This is just reverence, crediting your forebears. I'm sure Thicke thought of his comment as praising Gaye. I know I have heard about many great bands by hearing who the artists I like have been inspired by.


----------



## Illuminatedtoiletpaper (Apr 12, 2012)

GreenMamba said:


> There appears to be a strong feeling that it was a bad decision, though that doesn't mean that there can be no legitimate claims of plagiarism (e.g., My Sweet Lord/He's So Fine). I support the ruling only for the un-principled reason that Marvin Gaye = good, Robin Thicke = bad.
> 
> None of this has anything to do with Classical theme and variations. Pop songs are so short and simple that if you steal the tune, you've pretty much taken the whole thing. The Tristan chord issue is idiotic.


With the Harrison / Chiffons song, Harrison should have been considered alright for writing a better song.
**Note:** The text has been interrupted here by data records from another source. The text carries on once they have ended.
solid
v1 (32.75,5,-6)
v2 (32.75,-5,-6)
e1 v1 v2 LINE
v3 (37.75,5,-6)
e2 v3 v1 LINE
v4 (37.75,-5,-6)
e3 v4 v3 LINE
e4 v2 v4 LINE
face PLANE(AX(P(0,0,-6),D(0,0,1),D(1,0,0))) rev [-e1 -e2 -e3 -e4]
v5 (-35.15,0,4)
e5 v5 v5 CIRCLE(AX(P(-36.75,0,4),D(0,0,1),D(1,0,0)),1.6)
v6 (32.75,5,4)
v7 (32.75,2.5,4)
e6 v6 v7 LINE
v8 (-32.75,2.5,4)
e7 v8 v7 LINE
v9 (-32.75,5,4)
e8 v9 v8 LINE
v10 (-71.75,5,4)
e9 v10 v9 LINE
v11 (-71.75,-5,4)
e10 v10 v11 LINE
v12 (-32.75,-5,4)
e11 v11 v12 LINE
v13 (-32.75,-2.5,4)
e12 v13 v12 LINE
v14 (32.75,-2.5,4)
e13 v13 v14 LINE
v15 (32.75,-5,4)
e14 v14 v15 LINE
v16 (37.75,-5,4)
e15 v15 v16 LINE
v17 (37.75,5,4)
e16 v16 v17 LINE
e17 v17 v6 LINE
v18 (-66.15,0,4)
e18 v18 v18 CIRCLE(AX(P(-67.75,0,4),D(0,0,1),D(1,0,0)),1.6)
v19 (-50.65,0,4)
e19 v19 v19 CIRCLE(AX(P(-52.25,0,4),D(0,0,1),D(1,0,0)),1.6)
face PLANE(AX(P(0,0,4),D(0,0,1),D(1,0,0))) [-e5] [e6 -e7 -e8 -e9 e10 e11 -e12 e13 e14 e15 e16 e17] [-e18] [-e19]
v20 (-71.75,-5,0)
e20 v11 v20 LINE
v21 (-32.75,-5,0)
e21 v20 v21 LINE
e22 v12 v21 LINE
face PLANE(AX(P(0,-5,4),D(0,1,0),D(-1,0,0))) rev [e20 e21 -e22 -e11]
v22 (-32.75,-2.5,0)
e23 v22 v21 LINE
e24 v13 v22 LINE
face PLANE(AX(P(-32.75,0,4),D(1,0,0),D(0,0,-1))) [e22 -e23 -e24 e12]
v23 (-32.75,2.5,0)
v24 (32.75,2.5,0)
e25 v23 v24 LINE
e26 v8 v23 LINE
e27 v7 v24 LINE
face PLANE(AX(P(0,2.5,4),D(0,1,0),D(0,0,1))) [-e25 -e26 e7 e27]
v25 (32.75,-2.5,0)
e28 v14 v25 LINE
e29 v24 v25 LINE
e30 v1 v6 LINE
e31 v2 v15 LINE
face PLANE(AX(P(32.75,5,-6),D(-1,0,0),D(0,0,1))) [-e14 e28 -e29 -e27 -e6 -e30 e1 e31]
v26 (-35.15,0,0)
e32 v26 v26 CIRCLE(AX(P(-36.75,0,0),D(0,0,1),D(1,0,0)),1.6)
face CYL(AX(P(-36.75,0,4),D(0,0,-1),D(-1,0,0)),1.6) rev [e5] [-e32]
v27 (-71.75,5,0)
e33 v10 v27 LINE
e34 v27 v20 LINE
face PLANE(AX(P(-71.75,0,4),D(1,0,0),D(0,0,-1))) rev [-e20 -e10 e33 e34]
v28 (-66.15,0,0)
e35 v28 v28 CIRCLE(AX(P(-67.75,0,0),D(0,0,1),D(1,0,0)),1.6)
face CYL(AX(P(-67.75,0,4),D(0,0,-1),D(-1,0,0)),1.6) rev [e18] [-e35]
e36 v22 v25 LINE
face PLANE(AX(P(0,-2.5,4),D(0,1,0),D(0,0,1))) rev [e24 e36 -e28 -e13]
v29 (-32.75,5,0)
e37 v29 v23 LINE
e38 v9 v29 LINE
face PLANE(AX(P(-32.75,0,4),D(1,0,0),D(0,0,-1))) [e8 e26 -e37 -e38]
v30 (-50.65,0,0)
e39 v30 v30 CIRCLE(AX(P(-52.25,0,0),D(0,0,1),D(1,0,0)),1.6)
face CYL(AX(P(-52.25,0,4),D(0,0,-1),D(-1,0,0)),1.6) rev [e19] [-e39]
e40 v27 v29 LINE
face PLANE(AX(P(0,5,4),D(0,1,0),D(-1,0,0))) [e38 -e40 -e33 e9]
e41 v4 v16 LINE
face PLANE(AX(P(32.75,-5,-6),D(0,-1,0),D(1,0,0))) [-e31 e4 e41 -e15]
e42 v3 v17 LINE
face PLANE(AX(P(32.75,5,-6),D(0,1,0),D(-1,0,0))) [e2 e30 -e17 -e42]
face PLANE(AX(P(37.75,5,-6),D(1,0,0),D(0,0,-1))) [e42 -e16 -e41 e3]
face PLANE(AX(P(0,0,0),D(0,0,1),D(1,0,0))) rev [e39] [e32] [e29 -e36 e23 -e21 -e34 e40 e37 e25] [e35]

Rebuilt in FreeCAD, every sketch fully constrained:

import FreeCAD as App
import Part
import Sketcher
from FreeCAD import Vector
Q = App.Units.Quantity

doc = App.newDocument("Part")
body = doc.addObject("PartDesign::Body", "Body")

# Sketch on XY plane
sketch1 = body.newObject("Sketcher::SketchObject", "Sketch")
sketch1.AttachmentSupport = (doc.getObject("XY_Plane"), [""])
sketch1.MapMode = "FlatFace"
sketch1.addGeometry(Part.LineSegment(Vector(-32.75, -5, 0), Vector(-32.75, -2.5, 0)), False)
sketch1.addGeometry(Part.LineSegment(Vector(-32.75, -2.5, 0), Vector(32.75, -2.5, 0)), False)
sketch1.addGeometry(Part.LineSegment(Vector(32.75, -2.5, 0), Vector(32.75, 2.5, 0)), False)
sketch1.addGeometry(Part.LineSegment(Vector(32.75, 2.5, 0), Vector(-32.75, 2.5, 0)), False)
sketch1.addGeometry(Part.LineSegment(Vector(-32.75, 2.5, 0), Vector(-32.75, 5, 0)), False)
sketch1.addGeometry(Part.LineSegment(Vector(-32.75, 5, 0), Vector(-71.75, 5, 0)), False)
sketch1.addGeometry(Part.LineSegment(Vector(-71.75, 5, 0), Vector(-71.75, -5, 0)), False)
sketch1.addGeometry(Part.LineSegment(Vector(-71.75, -5, 0), Vector(-32.75, -5, 0)), False)
sketch1.addGeometry(Part.Circle(Vector(-36.75, 0, 0), Vector(0, 0, 1), 1.6), False)
sketch1.addGeometry(Part.Circle(Vector(-52.25, 0, 0), Vector(0, 0, 1), 1.6), False)
sketch1.addGeometry(Part.Circle(Vector(-67.75, 0, 0), Vector(0, 0, 1), 1.6), False)
sketch1.addConstraint(Sketcher.Constraint("Coincident", 0, 2, 1, 1))
sketch1.addConstraint(Sketcher.Constraint("Coincident", 1, 2, 2, 1))
sketch1.addConstraint(Sketcher.Constraint("Coincident", 2, 2, 3, 1))
sketch1.addConstraint(Sketcher.Constraint("Coincident", 3, 2, 4, 1))
sketch1.addConstraint(Sketcher.Constraint("Coincident", 4, 2, 5, 1))
sketch1.addConstraint(Sketcher.Constraint("Coincident", 5, 2, 6, 1))
sketch1.addConstraint(Sketcher.Constraint("Coincident", 6, 2, 7, 1))
sketch1.addConstraint(Sketcher.Constraint("Coincident", 7, 2, 0, 1))
sketch1.addConstraint(Sketcher.Constraint("Vertical", 0))
sketch1.addConstraint(Sketcher.Constraint("Horizontal", 1))
sketch1.addConstraint(Sketcher.Constraint("Vertical", 2))
sketch1.addConstraint(Sketcher.Constraint("Horizontal", 3))
sketch1.addConstraint(Sketcher.Constraint("Vertical", 4))
sketch1.addConstraint(Sketcher.Constraint("Horizontal", 5))
sketch1.addConstraint(Sketcher.Constraint("Vertical", 6))
sketch1.addConstraint(Sketcher.Constraint("Horizontal", 7))
sketch1.addConstraint(Sketcher.Constraint("Equal", 8, 9))
sketch1.addConstraint(Sketcher.Constraint("Equal", 9, 10))
sketch1.addConstraint(Sketcher.Constraint("Symmetric", 0, 2, 2, 2, -1, 1))
sketch1.addConstraint(Sketcher.Constraint("Symmetric", 4, 2, 7, 2, -1))
sketch1.addConstraint(Sketcher.Constraint("PointOnObject", 8, 3, -1))
sketch1.addConstraint(Sketcher.Constraint("PointOnObject", 9, 3, -1))
sketch1.addConstraint(Sketcher.Constraint("PointOnObject", 10, 3, -1))
sketch1.addConstraint(Sketcher.Constraint("Diameter", 8, Q("3.2 mm")))
sketch1.addConstraint(Sketcher.Constraint("DistanceX", 5, 2, 5, 1, Q("39 mm")))
sketch1.addConstraint(Sketcher.Constraint("DistanceY", 2, 1, 2, 2, Q("5 mm")))
sketch1.addConstraint(Sketcher.Constraint("DistanceY", 6, 2, 6, 1, Q("10 mm")))
sketch1.addConstraint(Sketcher.Constraint("DistanceX", 1, 1, 1, 2, Q("65.5 mm")))
sketch1.addConstraint(Sketcher.Constraint("DistanceX", 10, 3, 8, 3, Q("31 mm")))
sketch1.addConstraint(Sketcher.Constraint("DistanceX", 8, 3, 0, 2, Q("4 mm")))
sketch1.addConstraint(Sketcher.Constraint("DistanceX", 9, 3, 1, 2, Q("85 mm")))
pad1 = body.newObject("PartDesign::Pad", "Pad")
pad1.Profile = sketch1
pad1.Length = 4

# Sketch on XY plane
sketch2 = body.newObject("Sketcher::SketchObject", "Sketch001")
sketch2.AttachmentSupport = (doc.getObject("XY_Plane"), [""])
sketch2.MapMode = "FlatFace"
sketch2.AttachmentOffset = App.Placement(Vector(0, 0, 4), App.Rotation())
sketch2.addGeometry(Part.LineSegment(Vector(32.75, 5, 0), Vector(32.75, -5, 0)), False)
sketch2.addGeometry(Part.LineSegment(Vector(32.75, -5, 0), Vector(37.75, -5, 0)), False)
sketch2.addGeometry(Part.LineSegment(Vector(37.75, -5, 0), Vector(37.75, 5, 0)), False)
sketch2.addGeometry(Part.LineSegment(Vector(37.75, 5, 0), Vector(32.75, 5, 0)), False)
sketch2.addConstraint(Sketcher.Constraint("Coincident", 0, 2, 1, 1))
sketch2.addConstraint(Sketcher.Constraint("Coincident", 1, 2, 2, 1))
sketch2.addConstraint(Sketcher.Constraint("Coincident", 2, 2, 3, 1))
sketch2.addConstraint(Sketcher.Constraint("Coincident", 3, 2, 0, 1))
sketch2.addConstraint(Sketcher.Constraint("Vertical", 0))
sketch2.addConstraint(Sketcher.Constraint("Horizontal", 1))
sketch2.addConstraint(Sketcher.Constraint("Vertical", 2))
sketch2.addConstraint(Sketcher.Constraint("Horizontal", 3))
sketch2.addConstraint(Sketcher.Constraint("DistanceX", 1, 1, 1, 2, Q("5 mm")))
sketch2.addConstraint(Sketcher.Constraint("DistanceY", 0, 2, 0, 1, Q("10 mm")))
sketch2.addConstraint(Sketcher.Constraint("DistanceY", 0, 2, -1, 1, Q("5 mm")))
sketch2.addConstraint(Sketcher.Constraint("DistanceX", -1, 1, 0, 2, Q("32.75 mm")))
pad2 = body.newObject("PartDesign::Pad", "Pad001")
pad2.Profile = sketch2
pad2.Length = 10
pad2.Reversed = True

doc.recompute()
There are so many little musical tricks like melodies or sections that get re-used and reshuffled... but I also understand the nature of money.

Concerning 'Blurred Lines', the songs don't bear enough similarity to me. I like both songs... oh well...


----------



## Woodduck (Mar 17, 2014)

"Intellectual property" is clear enough in concept but often hopelessly vague in practice. In music, "resemblances" are open to dispute and should not be actionable unless they include the larger part of a work or reproduce its central features with reasonable exactness. We don't know the musical details of this case (I don't, anyway), but coincidence is not only possible in music, especially in simple music like popular songs, but likely. There are only twelve tones in an octave, and lots of tunes resemble each other in noticeable ways. 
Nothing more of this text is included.